Out Of The Tar Pit

2006 - Ben Mosely & Peter Marks pdf

Contents.

  1. What is meant by complexity.
  2. Why complexity is a problem.
  3. Causes of complexity.
  4. In relation to common programming paradigms.
  5. Proposal for an optimum solution.

What is complexity?

...the type of complexity we are discussing in this paper is that which makes large systems hard to understand.

Why is complexity important?

The primary status of complexity as the major cause of [the problems of software development] comes simply from the fact that being able to understand a system is a prerequisite for avoiding all of them

Approaches to understanding.

  1. Testing
  2. Informal Reasoning

Causes of complexity.

A look at the common causes of complexity that not inherent to the problem domain.

State

The stored information, at a point in time, to which the program has access.

  • Each bit of state doubles the total number of states
  • Otherwise pure functions that call stateful functions are stateful.
  • Results potentially affected by everything that has gone before.*

This is why rebooting works!

Control

Specification of the order in which program statements are executed.

  • Over specification, how as opposed to what.
  • We must understand which orderings are actually important.
  • Concurrency, another level of complexity.

Volume

  • Often caused by State and Control
  • Linear or non-linear relationship to complexity?

Others.

  • Complexity breeds complexity
  • Simplicty is hard
  • Power corrupts

Managing complexity.

How the problems of complexity are tackled in common programming paradigms.

Object Orientation.

  • Traditionally encourage state, though encapsulated.
  • Typically imperative, explicit flow of control.
  • Identity vs Value.

Not suitable for controlling complexity.

Functional Programming.

  • Discourage mutable state, simpler concurrency.
  • More declarative, use of functions over collections i.e map / reduce etc.
  • Not immune from state-like, approaches.
  • Less modularity than OOP.

Improvement over OOP, especially with regard to state.

Logic Programming.

  • Even more declarative style than FP.
  • Actual implmentations (i.e.

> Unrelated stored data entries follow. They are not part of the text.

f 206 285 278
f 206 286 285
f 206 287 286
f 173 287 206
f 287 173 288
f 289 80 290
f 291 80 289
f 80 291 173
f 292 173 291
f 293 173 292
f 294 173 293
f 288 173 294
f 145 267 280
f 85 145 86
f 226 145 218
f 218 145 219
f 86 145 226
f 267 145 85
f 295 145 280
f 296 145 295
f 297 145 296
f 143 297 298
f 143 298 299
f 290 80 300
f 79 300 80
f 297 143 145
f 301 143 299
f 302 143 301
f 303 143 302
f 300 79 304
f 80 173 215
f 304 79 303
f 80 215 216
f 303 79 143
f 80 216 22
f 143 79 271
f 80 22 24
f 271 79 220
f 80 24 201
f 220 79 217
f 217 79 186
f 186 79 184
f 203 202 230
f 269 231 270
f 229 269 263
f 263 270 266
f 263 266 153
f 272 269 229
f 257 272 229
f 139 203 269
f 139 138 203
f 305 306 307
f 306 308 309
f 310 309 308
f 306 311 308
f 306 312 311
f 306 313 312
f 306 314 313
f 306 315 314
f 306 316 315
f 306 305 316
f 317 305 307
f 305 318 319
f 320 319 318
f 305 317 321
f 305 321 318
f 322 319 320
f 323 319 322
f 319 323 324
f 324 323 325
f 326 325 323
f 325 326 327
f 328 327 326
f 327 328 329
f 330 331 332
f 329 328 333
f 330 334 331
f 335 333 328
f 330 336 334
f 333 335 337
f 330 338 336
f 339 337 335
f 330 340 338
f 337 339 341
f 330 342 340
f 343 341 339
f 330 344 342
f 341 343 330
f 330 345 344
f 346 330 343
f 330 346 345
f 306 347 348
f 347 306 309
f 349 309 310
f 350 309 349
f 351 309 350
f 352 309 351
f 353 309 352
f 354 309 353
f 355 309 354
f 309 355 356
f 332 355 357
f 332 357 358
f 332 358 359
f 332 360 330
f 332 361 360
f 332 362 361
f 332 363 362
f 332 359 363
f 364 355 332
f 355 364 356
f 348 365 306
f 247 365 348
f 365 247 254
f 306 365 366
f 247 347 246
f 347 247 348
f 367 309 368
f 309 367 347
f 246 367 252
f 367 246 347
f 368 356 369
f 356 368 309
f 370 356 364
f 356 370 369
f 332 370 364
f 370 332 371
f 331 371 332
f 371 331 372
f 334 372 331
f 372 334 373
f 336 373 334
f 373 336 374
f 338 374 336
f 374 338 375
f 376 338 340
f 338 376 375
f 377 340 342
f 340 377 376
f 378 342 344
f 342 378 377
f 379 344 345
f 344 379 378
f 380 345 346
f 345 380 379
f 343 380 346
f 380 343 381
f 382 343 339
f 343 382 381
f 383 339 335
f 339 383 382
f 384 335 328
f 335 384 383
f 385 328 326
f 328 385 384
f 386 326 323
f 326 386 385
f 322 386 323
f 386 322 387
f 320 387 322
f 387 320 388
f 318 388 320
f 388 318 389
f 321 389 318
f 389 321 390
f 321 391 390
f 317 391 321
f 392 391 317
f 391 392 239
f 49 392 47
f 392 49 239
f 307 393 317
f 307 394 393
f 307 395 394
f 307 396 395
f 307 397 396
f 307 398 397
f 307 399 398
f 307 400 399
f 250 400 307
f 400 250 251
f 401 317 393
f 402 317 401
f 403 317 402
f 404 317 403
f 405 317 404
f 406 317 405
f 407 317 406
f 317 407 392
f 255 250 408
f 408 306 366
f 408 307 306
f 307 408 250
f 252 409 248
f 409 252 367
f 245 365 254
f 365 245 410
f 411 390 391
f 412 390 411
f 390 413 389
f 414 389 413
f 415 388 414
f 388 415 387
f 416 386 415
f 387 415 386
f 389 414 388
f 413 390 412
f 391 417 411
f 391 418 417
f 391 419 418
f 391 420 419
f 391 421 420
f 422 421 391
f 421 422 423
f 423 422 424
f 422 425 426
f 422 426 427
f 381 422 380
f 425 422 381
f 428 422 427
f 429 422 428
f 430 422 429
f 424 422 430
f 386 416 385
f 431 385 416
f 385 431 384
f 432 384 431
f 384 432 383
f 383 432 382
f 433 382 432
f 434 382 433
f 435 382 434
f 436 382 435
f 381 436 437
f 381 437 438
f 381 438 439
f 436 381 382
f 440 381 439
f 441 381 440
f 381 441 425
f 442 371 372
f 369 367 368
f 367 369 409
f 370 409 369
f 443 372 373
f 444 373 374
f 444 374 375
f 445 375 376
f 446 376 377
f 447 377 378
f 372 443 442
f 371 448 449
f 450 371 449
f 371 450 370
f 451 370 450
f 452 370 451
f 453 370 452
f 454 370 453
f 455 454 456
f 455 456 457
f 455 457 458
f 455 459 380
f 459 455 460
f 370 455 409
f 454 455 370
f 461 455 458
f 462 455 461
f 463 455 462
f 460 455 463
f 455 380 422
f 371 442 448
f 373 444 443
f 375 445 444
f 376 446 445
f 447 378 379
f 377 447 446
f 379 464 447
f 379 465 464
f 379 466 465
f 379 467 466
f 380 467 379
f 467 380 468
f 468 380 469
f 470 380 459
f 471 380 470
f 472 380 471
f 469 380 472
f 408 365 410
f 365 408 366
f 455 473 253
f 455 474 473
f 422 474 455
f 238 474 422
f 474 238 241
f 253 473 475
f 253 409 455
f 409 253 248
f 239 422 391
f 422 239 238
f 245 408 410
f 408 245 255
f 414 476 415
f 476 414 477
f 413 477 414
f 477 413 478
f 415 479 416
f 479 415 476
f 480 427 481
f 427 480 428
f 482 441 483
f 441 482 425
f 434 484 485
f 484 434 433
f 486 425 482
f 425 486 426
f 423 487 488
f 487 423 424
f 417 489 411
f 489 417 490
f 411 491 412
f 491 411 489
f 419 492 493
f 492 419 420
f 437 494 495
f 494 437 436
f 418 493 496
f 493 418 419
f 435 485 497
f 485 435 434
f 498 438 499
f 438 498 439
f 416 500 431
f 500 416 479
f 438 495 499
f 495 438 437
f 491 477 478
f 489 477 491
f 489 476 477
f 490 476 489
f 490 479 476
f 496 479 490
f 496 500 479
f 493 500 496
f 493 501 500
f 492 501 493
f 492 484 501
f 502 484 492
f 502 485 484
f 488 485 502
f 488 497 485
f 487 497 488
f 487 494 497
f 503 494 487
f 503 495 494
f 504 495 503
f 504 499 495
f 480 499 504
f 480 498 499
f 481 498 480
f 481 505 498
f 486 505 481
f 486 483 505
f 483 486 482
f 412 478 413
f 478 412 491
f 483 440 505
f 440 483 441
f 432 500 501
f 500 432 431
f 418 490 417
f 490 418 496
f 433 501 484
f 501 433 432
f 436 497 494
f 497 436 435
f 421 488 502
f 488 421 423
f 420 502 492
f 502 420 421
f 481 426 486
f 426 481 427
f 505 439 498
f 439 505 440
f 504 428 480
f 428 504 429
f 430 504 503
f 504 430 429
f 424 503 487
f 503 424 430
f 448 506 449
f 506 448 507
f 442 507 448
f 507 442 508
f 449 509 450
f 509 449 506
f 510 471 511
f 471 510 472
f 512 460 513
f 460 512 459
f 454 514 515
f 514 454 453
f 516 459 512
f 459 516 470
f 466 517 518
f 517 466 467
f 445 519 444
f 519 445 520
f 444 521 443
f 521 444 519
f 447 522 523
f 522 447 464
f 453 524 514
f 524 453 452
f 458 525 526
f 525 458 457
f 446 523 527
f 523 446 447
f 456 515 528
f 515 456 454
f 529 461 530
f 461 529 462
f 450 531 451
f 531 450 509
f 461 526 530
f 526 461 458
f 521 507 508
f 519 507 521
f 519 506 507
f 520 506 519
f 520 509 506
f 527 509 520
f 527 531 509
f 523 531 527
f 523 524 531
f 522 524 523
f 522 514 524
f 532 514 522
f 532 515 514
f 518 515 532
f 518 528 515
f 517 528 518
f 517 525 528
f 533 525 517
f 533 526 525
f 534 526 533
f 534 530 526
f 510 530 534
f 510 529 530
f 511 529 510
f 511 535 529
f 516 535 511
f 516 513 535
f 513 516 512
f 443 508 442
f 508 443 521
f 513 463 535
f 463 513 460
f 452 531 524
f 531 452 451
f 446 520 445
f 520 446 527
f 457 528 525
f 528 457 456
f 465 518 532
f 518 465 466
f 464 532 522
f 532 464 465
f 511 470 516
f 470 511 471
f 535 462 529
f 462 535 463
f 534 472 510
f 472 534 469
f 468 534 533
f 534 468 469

Prolog) often include state and flow of control issues, i.e. non-termination.

The Relational Model

... an elegant approach to structuring data, a means for manipulating such data, and a mechanism for maintaining integrity and consistency of state
  • Query languages typically minimal state, minimal flow control.
  • Doesn't have to be SQL (which does have some problems).
  • "Lower powered" Prolog variants, like Datalog, have potential.*

Functional Relational Programming.

A proposed optimum approach for minimising complexity, making use of functional / logical paradigms along with Codd's relational model.

Ideal scenario.

The system is restricted to the following three elements.

  1. Essential state, captured in a relational model.
  2. Essential logic, captured in relational model or in pure functions.
  3. Accidental state and control.

Accidental state and control.

  • Required for performance / scalability etc.
  • Seperated from essentials.
  • System should run in absence of this component.
  • Declarative performance hints.

Questions / Discussion

  • Emphasis on relational model, are devs comfortable?
  • How do micro-service architectures compare to this approach?
  • Anyone up for a compsci UG in Manchester?